First off, let me just say that my husband and I are completely guilty when it comes to vacations. But in our defense, we are both from different countries and visiting the in-laws is a necessary pleasure that we both indulge in.

Knowing that expensive vacations can set you back by one, two, or months is the key here. Once we realized this, we took steps to save money when we travel such as

  • travel hacking our plane tickets
  • travel hacking our hotel rooms
  • purchasing rental cars when they have special deals
  • traveling light so we don’t have to pay for extra luggage
  • going to countries where the dollar stretches further with the exchange rate
  • using public transportation instead of renting a car when feasible
  • not buying useless souvenirs
  • shopping at local groceries instead of eating out or eating out at cheap, delicious, local places
  • not buying clothes but bringing only clothes we need
  • having a family member drive us to the airport instead of parking our car there

The list goes on and I’m sure you can think of your own clever savings tips, too. We travel to Ireland every year. Here are some money-saving tips we have found.

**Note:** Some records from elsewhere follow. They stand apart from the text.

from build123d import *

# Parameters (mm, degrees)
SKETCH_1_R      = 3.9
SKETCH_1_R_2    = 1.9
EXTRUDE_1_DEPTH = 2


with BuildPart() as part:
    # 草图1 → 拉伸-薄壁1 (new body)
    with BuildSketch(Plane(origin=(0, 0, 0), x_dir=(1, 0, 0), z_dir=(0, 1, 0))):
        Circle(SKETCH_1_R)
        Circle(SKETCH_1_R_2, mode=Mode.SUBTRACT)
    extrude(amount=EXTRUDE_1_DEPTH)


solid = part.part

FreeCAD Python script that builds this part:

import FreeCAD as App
import Part
import Sketcher

V = App.Vector

doc = App.newDocument("Part")
params = doc.addObject("Spreadsheet::Sheet", "Params")
for row, (alias, value) in enumerate([
    ("sketch1_diameter", "7.8 mm"),
    ("sketch1_diameter2", "3.8 mm"),
    ("pad1_length", "2 mm"),
], start=1):
    params.set(f"A{row}", alias)
    params.set(f"B{row}", "=" + value)
    params.setAlias(f"B{row}", alias)

body = doc.addObject("PartDesign::Body", "Body")

# Sketch on XZ plane
sketch1 = body.newObject("Sketcher::SketchObject", "Sketch")
sketch1.AttachmentSupport = (doc.getObject("XZ_Plane"), [""])
sketch1.MapMode = "FlatFace"
sketch1.addGeometry([
    Part.Circle(V(0, 0, 0), V(0, 0, 1), 3.9),
    Part.Circle(V(0, 0, 0), V(0, 0, 1), 1.9),
], False)
sketch1.addConstraint([
    Sketcher.Constraint("Coincident", 0, 3, -1, 1),
    Sketcher.Constraint("Coincident", 1, 3, -1, 1),
    Sketcher.Constraint("Diameter", 0, 7.8),
    Sketcher.Constraint("Diameter", 1, 3.8),
])
sketch1.setExpression("Constraints[2]", "Params.sketch1_diameter")
sketch1.setExpression("Constraints[3]", "Params.sketch1_diameter2")
pad1 = body.newObject("PartDesign::Pad", "Pad")
pad1.Profile = sketch1
pad1.setExpression("Length", "Params.pad1_length")
pad1.Reversed = True

doc.recompute()
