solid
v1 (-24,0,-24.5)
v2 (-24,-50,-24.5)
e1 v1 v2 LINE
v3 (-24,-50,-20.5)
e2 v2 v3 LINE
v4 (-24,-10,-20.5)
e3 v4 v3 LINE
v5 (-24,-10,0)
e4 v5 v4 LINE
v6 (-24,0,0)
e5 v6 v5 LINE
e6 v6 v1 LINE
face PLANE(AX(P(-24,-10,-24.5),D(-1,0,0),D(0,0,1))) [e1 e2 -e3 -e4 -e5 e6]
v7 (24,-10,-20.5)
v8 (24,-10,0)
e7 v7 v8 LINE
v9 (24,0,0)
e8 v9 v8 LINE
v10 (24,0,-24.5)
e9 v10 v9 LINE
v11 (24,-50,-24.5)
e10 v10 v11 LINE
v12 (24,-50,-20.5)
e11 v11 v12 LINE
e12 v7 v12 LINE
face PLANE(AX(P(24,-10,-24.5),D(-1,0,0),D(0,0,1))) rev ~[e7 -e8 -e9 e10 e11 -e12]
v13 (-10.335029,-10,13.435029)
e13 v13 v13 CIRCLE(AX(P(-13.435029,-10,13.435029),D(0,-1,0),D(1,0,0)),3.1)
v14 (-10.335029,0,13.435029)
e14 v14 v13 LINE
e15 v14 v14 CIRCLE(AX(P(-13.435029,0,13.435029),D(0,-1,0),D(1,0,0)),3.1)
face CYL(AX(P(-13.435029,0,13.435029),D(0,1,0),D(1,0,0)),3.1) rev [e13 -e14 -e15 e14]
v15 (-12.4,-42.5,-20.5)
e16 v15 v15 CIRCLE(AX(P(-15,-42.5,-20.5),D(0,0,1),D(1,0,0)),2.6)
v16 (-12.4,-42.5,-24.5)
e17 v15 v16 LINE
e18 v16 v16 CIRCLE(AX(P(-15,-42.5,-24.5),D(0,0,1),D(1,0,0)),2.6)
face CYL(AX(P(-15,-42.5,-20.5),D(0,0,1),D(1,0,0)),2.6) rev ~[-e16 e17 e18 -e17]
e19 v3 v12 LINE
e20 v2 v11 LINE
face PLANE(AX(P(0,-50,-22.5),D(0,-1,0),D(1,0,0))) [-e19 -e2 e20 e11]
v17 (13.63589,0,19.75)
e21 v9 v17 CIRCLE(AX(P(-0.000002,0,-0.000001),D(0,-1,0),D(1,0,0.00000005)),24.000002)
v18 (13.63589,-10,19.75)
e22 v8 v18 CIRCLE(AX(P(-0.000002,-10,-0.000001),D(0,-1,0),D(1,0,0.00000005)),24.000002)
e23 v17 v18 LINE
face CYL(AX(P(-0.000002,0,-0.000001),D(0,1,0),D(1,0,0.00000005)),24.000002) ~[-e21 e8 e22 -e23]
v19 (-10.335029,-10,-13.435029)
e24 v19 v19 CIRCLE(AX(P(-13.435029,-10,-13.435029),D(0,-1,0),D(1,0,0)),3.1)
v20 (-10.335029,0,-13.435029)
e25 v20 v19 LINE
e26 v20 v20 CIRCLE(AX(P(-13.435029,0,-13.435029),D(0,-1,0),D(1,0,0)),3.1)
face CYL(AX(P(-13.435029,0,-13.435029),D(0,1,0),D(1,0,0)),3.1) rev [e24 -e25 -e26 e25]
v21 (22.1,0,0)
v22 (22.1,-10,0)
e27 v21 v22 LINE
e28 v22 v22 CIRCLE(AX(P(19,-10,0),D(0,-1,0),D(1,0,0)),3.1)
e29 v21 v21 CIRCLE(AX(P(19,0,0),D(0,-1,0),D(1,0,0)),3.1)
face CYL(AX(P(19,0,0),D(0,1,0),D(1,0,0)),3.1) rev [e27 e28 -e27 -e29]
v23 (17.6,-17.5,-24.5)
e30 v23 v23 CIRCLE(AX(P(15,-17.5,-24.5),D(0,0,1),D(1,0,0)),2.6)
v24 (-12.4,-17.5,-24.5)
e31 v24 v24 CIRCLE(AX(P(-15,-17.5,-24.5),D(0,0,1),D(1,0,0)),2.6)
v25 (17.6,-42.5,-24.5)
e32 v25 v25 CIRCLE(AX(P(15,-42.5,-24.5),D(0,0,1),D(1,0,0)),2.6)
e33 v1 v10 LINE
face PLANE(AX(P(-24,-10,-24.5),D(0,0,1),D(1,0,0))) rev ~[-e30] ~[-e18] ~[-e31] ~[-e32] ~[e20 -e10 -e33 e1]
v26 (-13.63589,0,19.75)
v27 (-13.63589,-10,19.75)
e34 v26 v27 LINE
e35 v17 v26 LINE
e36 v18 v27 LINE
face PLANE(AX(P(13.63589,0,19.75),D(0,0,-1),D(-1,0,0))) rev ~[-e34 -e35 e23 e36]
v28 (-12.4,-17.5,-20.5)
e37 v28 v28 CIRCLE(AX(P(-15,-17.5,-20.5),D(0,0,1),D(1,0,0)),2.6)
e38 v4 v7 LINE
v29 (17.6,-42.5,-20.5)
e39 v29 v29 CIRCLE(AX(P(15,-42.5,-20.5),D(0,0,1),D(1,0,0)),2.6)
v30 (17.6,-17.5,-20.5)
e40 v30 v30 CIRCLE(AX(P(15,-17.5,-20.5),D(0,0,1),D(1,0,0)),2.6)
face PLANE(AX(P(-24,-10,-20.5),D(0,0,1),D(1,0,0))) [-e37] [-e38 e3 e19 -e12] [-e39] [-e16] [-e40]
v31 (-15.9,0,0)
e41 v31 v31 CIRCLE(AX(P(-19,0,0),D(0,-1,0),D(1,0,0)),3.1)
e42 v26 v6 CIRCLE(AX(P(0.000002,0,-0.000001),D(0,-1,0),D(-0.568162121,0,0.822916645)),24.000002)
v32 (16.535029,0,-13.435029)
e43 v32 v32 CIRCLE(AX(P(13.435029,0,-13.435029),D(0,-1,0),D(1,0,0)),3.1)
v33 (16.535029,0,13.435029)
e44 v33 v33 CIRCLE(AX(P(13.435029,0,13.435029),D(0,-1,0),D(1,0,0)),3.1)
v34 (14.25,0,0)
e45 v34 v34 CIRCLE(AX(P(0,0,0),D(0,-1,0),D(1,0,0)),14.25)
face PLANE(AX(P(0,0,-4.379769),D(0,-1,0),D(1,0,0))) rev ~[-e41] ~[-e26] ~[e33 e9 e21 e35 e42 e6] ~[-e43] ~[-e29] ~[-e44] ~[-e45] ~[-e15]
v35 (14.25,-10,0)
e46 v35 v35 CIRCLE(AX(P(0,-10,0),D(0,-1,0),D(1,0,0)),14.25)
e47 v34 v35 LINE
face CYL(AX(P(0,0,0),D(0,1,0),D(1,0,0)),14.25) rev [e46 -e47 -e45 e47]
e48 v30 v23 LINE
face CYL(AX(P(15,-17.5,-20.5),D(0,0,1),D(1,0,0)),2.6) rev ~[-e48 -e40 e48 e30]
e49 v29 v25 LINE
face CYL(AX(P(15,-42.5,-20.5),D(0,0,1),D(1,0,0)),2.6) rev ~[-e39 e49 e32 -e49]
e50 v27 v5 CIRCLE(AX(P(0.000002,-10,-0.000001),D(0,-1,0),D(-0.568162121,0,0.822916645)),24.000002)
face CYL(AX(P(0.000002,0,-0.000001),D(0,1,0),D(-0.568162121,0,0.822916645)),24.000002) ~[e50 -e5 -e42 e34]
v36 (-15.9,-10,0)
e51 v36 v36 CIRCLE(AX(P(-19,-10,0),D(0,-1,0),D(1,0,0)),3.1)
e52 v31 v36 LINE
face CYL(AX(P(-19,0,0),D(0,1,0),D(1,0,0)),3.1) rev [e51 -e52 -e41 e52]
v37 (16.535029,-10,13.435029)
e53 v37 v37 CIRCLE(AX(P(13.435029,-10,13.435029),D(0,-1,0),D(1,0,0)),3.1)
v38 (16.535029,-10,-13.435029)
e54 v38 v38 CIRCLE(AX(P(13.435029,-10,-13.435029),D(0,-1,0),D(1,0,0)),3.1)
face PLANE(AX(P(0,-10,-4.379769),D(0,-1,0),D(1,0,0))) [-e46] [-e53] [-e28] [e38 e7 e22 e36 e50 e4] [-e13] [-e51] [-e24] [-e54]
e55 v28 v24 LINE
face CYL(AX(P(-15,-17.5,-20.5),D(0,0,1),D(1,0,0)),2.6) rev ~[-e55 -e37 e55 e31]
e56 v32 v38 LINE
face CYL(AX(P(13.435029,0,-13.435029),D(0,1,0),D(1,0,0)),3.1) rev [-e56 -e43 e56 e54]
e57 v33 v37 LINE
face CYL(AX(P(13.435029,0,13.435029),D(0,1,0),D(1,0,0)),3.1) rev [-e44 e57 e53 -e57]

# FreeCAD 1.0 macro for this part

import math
import FreeCAD as App
import Part
import Sketcher
Q = App.Units.Quantity


def add_polygon(sketch, points):
    """Adds a closed chain of lines whose ends are joined by coincident constraints."""
    first, n = sketch.GeometryCount, len(points)
    for a, b in zip(points, points[1:] + points[:1]):
        sketch.addGeometry(Part.LineSegment(App.Vector(*a, 0), App.Vector(*b, 0)), False)
    for i in range(n):
        sketch.addConstraint(Sketcher.Constraint("Coincident", first + i, 2, first + (i + 1) % n, 1))

doc = App.newDocument("Part")
body = doc.addObject("PartDesign::Body", "Body")

# Sketch on XZ plane
sketch1 = doc.addObject("Sketcher::SketchObject", "Sketch")
body.addObject(sketch1)
sketch1.AttachmentSupport = (doc.XZ_Plane, [""])
sketch1.MapMode = "FlatFace"
sketch1.addGeometry([
    Part.LineSegment(App.Vector(13.6, 19.8, 0), App.Vector(-13.6, 19.8, 0)),  # 0
    Part.ArcOfCircle(Part.Circle(App.Vector(0, 0, 0), App.Vector(0, 0, 1), 24), math.radians(125), math.radians(180)),  # 1
    Part.LineSegment(App.Vector(-24, 0, 0), App.Vector(-24, -24.5, 0)),  # 2
    Part.LineSegment(App.Vector(-24, -24.5, 0), App.Vector(24, -24.5, 0)),  # 3
    Part.LineSegment(App.Vector(24, -24.5, 0), App.Vector(24, 0, 0)),  # 4
    Part.ArcOfCircle(Part.Circle(App.Vector(0, 0, 0), App.Vector(0, 0, 1), 24), math.radians(0), math.radians(55)),  # 5
    Part.Circle(App.Vector(-13.4, -13.4, 0), App.Vector(0, 0, 1), 3.1),  # 6
    Part.Circle(App.Vector(13.4, -13.4, 0), App.Vector(0, 0, 1), 3.1),  # 7
    Part.Circle(App.Vector(-19, 0, 0), App.Vector(0, 0, 1), 3.1),  # 8
    Part.Circle(App.Vector(-13.4, 13.4, 0), App.Vector(0, 0, 1), 3.1),  # 9
    Part.Circle(App.Vector(0, 0, 0), App.Vector(0, 0, 1), 14.2),  # 10
    Part.Circle(App.Vector(19, 0, 0), App.Vector(0, 0, 1), 3.1),  # 11
    Part.Circle(App.Vector(13.4, 13.4, 0), App.Vector(0, 0, 1), 3.1),  # 12
], False)
sketch1.addConstraint([
    Sketcher.Constraint("Coincident", 0, 2, 1, 1),
    Sketcher.Constraint("Tangent", 1, 2, 2, 1),
    Sketcher.Constraint("Coincident", 2, 2, 3, 1),
    Sketcher.Constraint("Coincident", 3, 2, 4, 1),
    Sketcher.Constraint("Tangent", 4, 2, 5, 1),
    Sketcher.Constraint("Coincident", 5, 2, 0, 1),
    Sketcher.Constraint("Horizontal", 0),
    Sketcher.Constraint("Vertical", 2),
    Sketcher.Constraint("Horizontal", 3),
    Sketcher.Constraint("Vertical", 4),
    Sketcher.Constraint("Coincident", 1, 3, -1, 1),
    Sketcher.Constraint("Coincident", 5, 3, -1, 1),
    Sketcher.Constraint("Coincident", 10, 3, -1, 1),
    Sketcher.Constraint("Equal", 1, 5),
    Sketcher.Constraint("Equal", 6, 7),
    Sketcher.Constraint("Equal", 7, 8),
    Sketcher.Constraint("Equal", 8, 9),
    Sketcher.Constraint("Equal", 9, 11),
    Sketcher.Constraint("Equal", 11, 12),
    Sketcher.Constraint("Symmetric", 7, 3, 9, 3, -1, 1),
    Sketcher.Constraint("Symmetric", 8, 3, 11, 3, -1, 1),
    Sketcher.Constraint("Symmetric", 6, 3, 12, 3, -1, 1),
    Sketcher.Constraint("Symmetric", 6, 3, 7, 3, -2),
    Sketcher.Constraint("PointOnObject", 8, 3, -1),
    Sketcher.Constraint("Diameter", 6, Q("6.2 mm")),
    Sketcher.Constraint("Diameter", 10, Q("28.5 mm")),
    Sketcher.Constraint("DistanceX", 3, 1, 3, 2, Q("48 mm")),
    Sketcher.Constraint("DistanceY", 2, 2, 2, 1, Q("24.5 mm")),
    Sketcher.Constraint("DistanceX", 8, 3, -1, 1, Q("19 mm")),
    Sketcher.Constraint("DistanceY", -1, 1, 0, 2, Q("19.75 mm")),
    Sketcher.Constraint("DistanceX", 6, 3, -1, 1, Q("13.435029 mm")),
    Sketcher.Constraint("DistanceY", 6, 3, -1, 1, Q("13.435029 mm")),
])
pad1 = doc.addObject("PartDesign::Pad", "Pad")
body.addObject(pad1)
pad1.Profile = sketch1
pad1.Length = 10

# Sketch on XZ plane
sketch2 = doc.addObject("Sketcher::SketchObject", "Sketch001")
body.addObject(sketch2)
sketch2.AttachmentSupport = (doc.XZ_Plane, [""])
sketch2.MapMode = "FlatFace"
sketch2.AttachmentOffset = App.Placement(App.Vector(0, 0, 10), App.Rotation())
add_polygon(sketch2, [(-24, -20.5), (-24, -24.5), (24, -24.5), (24, -20.5)])  # lines 0-3
sketch2.addConstraint([
    Sketcher.Constraint("Vertical", 0),
    Sketcher.Constraint("Horizontal", 1),
    Sketcher.Constraint("Vertical", 2),
    Sketcher.Constraint("Horizontal", 3),
    Sketcher.Constraint("DistanceX", 1, 1, 1, 2, Q("48 mm")),
    Sketcher.Constraint("DistanceY", 0, 2, 0, 1, Q("4 mm")),
    Sketcher.Constraint("DistanceX", 0, 2, -1, 1, Q("24 mm")),
    Sketcher.Constraint("DistanceY", 0, 2, -1, 1, Q("24.5 mm")),
])
pad2 = doc.addObject("PartDesign::Pad", "Pad001")
body.addObject(pad2)
pad2.Profile = sketch2
pad2.Length = 40

# Sketch on XY plane
sketch3 = doc.addObject("Sketcher::SketchObject", "Sketch002")
body.addObject(sketch3)
sketch3.AttachmentSupport = (doc.XY_Plane, [""])
sketch3.MapMode = "FlatFace"
sketch3.AttachmentOffset = App.Placement(App.Vector(0, 0, -20.5), App.Rotation())
sketch3.addGeometry([
    Part.Circle(App.Vector(-15, -17.5, 0), App.Vector(0, 0, 1), 2.6),
    Part.Circle(App.Vector(-15, -42.5, 0), App.Vector(0, 0, 1), 2.6),
    Part.Circle(App.Vector(15, -42.5, 0), App.Vector(0, 0, 1), 2.6),
    Part.Circle(App.Vector(15, -17.5, 0), App.Vector(0, 0, 1), 2.6),
], False)
sketch3.addConstraint([
    Sketcher.Constraint("Equal", 0, 1),
    Sketcher.Constraint("Equal", 1, 2),
    Sketcher.Constraint("Equal", 2, 3),
    Sketcher.Constraint("Symmetric", 1, 3, 2, 3, -2),
    Sketcher.Constraint("Symmetric", 0, 3, 3, 3, -2),
    Sketcher.Constraint("Vertical", 0, 3, 1, 3),
    Sketcher.Constraint("Diameter", 0, Q("5.2 mm")),
    Sketcher.Constraint("DistanceX", 0, 3, -1, 1, Q("15 mm")),
    Sketcher.Constraint("DistanceY", 1, 3, 0, 3, Q("25 mm")),
    Sketcher.Constraint("DistanceY", 0, 3, -1, 1, Q("17.5 mm")),
])
pocket1 = doc.addObject("PartDesign::Pocket", "Pocket")
body.addObject(pocket1)
pocket1.Profile = sketch3
pocket1.Type = "ThroughAll"

doc.recompute()
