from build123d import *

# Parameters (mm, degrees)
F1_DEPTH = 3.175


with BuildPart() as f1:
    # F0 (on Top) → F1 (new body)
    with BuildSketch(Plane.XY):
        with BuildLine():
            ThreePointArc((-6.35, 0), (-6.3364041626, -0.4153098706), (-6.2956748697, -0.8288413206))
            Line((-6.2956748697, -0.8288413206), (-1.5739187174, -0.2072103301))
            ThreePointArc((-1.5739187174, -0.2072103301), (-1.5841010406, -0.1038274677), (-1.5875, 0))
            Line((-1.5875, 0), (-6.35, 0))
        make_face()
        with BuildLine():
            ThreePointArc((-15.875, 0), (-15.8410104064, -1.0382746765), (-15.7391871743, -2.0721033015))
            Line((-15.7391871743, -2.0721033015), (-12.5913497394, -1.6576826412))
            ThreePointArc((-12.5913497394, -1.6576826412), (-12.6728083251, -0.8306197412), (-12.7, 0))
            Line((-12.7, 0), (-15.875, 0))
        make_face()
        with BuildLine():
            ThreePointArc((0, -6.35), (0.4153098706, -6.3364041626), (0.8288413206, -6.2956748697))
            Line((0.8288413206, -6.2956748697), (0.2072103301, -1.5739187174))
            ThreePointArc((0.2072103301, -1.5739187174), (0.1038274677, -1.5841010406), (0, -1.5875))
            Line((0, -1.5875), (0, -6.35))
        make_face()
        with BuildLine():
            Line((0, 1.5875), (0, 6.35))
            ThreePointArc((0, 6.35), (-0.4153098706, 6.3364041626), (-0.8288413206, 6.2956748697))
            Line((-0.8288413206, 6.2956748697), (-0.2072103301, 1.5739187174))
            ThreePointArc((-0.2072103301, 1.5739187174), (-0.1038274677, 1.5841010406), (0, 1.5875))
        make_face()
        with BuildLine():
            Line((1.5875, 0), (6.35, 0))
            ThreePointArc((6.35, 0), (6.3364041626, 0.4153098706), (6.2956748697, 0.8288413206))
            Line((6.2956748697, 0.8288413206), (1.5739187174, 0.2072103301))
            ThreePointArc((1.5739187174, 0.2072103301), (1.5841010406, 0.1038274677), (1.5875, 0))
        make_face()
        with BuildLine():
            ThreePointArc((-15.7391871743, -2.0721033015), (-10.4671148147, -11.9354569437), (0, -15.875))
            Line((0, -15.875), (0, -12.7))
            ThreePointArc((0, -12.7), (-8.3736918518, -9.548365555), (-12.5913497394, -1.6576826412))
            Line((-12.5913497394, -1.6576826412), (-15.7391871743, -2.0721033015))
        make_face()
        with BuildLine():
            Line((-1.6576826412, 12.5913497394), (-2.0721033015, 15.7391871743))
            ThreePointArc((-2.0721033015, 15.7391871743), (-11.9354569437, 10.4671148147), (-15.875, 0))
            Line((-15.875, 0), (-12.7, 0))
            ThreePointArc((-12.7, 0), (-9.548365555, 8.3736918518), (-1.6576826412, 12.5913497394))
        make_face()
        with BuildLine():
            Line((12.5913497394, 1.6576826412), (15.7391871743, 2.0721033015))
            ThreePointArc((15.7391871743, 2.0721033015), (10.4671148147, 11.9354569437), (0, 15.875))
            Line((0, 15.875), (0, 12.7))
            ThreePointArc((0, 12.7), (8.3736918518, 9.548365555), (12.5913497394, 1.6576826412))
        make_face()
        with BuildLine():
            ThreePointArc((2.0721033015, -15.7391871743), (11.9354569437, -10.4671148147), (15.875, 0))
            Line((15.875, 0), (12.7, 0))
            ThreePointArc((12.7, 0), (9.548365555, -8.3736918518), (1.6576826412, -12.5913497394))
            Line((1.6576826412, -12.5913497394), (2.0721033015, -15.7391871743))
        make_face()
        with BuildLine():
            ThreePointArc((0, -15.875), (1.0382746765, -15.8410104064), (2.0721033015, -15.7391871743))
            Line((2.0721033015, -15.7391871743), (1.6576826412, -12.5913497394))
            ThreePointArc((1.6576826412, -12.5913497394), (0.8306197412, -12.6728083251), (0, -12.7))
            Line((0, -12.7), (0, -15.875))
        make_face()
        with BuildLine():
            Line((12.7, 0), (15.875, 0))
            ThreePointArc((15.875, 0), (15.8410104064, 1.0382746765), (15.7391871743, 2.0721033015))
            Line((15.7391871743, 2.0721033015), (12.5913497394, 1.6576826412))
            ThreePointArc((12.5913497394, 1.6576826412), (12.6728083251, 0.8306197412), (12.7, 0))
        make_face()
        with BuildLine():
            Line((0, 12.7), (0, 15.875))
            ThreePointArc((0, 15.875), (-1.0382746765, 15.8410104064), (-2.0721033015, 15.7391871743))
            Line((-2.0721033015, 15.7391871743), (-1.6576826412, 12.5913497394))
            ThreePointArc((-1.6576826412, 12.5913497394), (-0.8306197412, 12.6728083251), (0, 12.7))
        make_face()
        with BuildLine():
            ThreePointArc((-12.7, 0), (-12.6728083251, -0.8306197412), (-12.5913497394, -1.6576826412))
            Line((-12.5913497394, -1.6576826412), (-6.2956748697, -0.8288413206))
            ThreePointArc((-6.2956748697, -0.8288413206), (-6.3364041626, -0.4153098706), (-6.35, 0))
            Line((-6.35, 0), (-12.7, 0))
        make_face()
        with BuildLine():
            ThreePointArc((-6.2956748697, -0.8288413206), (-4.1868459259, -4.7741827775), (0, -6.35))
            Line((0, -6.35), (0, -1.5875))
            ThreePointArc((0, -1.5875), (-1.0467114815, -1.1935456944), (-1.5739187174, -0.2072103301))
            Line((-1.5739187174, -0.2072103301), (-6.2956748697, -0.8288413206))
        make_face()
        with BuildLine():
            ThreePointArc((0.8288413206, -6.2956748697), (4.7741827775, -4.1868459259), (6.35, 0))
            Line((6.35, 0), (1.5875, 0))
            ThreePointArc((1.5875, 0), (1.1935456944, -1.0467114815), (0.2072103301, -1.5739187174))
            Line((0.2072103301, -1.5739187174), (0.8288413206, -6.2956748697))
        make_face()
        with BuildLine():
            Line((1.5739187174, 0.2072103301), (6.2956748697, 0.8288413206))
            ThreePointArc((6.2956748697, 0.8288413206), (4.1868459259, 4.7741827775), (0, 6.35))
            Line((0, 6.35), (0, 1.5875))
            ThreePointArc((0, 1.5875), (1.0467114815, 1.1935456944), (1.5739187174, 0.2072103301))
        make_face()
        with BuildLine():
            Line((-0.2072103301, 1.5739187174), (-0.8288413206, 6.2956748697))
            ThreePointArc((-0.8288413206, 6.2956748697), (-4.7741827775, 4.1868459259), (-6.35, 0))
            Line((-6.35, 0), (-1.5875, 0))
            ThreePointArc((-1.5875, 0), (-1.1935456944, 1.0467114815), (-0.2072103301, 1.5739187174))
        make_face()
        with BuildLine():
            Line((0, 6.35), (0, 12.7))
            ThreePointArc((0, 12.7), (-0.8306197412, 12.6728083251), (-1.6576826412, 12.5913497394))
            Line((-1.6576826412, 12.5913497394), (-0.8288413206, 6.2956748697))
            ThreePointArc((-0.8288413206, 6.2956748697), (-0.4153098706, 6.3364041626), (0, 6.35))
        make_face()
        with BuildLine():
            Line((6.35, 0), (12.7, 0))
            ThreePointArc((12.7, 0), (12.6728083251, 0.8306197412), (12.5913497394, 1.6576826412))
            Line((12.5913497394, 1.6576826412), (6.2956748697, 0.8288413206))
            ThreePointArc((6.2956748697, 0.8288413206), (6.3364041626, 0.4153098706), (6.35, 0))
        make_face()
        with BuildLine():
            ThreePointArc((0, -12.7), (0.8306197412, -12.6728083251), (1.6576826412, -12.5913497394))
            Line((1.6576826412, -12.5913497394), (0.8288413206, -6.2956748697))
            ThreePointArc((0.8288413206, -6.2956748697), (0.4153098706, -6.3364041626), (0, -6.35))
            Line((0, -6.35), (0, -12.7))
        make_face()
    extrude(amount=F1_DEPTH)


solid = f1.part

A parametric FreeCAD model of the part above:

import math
import FreeCAD as App
import Part
import Sketcher
from FreeCAD import Vector
Q = App.Units.Quantity

doc = App.newDocument("Part")
params = doc.addObject("Spreadsheet::Sheet", "Params")
for row, (alias, value) in enumerate([
    ("sketch1_radius", "0.5 in"),
    ("sketch1_radius2", "0.25 in"),
    ("sketch1_radius3", "0.625 in"),
    ("sketch1_radius4", "0.0625 in"),
    ("pad1_length", "0.125 in"),
], start=1):
    params.set(f"A{row}", alias)
    params.set(f"B{row}", "=" + value)
    params.setAlias(f"B{row}", alias)

body = doc.addObject("PartDesign::Body", "Body")

sketch1 = doc.addObject("Sketcher::SketchObject", "Sketch")
body.addObject(sketch1)
sketch1.AttachmentSupport = (doc.XY_Plane, [""])
sketch1.MapMode = "FlatFace"
sketch1.addGeometry([
    Part.ArcOfCircle(Part.Circle(Vector(0, 0, 0), Vector(0, 0, 1), 15.88), math.radians(180), math.radians(187.5)),
    Part.ArcOfCircle(Part.Circle(Vector(0, 0, 0), Vector(0, 0, 1), 15.88), math.radians(-173), math.radians(-90)),
    Part.ArcOfCircle(Part.Circle(Vector(0, 0, 0), Vector(0, 0, 1), 15.88), math.radians(-90), math.radians(-82.5)),
    Part.ArcOfCircle(Part.Circle(Vector(0, 0, 0), Vector(0, 0, 1), 15.88), math.radians(-83), math.radians(0)),
    Part.ArcOfCircle(Part.Circle(Vector(0, 0, 0), Vector(0, 0, 1), 15.88), math.radians(0), math.radians(7.5)),
    Part.ArcOfCircle(Part.Circle(Vector(0, 0, 0), Vector(0, 0, 1), 15.88), math.radians(7), math.radians(90)),
    Part.ArcOfCircle(Part.Circle(Vector(0, 0, 0), Vector(0, 0, 1), 15.88), math.radians(90), math.radians(97.5)),
    Part.ArcOfCircle(Part.Circle(Vector(0, 0, 0), Vector(0, 0, 1), 15.88), math.radians(97), math.radians(180)),
    Part.ArcOfCircle(Part.Circle(Vector(0, 0, 0), Vector(0, 0, 1), 1.59), math.radians(-180), math.radians(-172.5)),
    Part.ArcOfCircle(Part.Circle(Vector(0, 0, 0), Vector(0, 0, 1), 1.59), math.radians(97), math.radians(180)),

Now, going on vacation is not evil. If you are trying to get out of debt, then going on vacation just might have to take a backseat to paying the bills. Think of it as a means to an end, which is obtaining the financial independence in order to always be on a vacation. Not taking vacations doesn’t have to be permanent.

10. Savings Account Instead of Investing

Using a savings account to hold your money instead of investing your money is a crucial mistake if you are looking to reach financial independence. (For the record, I’m not a licensed anything in finance, but have read my fair share of books, blogs, etc. to form a very strong opinion on this topic.) Let me give you a very real example of why.

I have a savings account opened at a federal credit union in my town. I love my credit union. They are friendly and go out of their way to make me feel welcome and special. My savings account now earns 0.15% interest. Not even 1%. I just received my dividend payment on $1.92. Now let’s look at our Vanguard VTSAX account. It pays a dividend of 2%. This doesn’t seem like a lot, but really adds up over time. Our last dividend payment from Vanguard was over $289. Granted we have more invested in Vanguard, but as you can see it earns us more than a typical savings account.

Add into the mix the fact that you can earn money through capital gains with investing and then reinvest said capital gains. Sure there will be ups and downs with the stock market, but over the long run, if you stick to your guns and don’t panic, the compound interest you earn will help your investments grow faster. What better way to work towards F.I. than having your money work for you. Passive income is awesome. If you want to read more about the stock market and everything related in an easy to read and entertaining way then you really must check out jcollinsnh’s stock series. So amazingly helpful and a perfect read to put your mind at ease for new investors.

 

In order to move forward towards financial independence, you must take a step back and think about what is slowing you down from reaching this goal. What are your weaknesses or temptations? How can you get the ball rolling to change the way you spend and save money?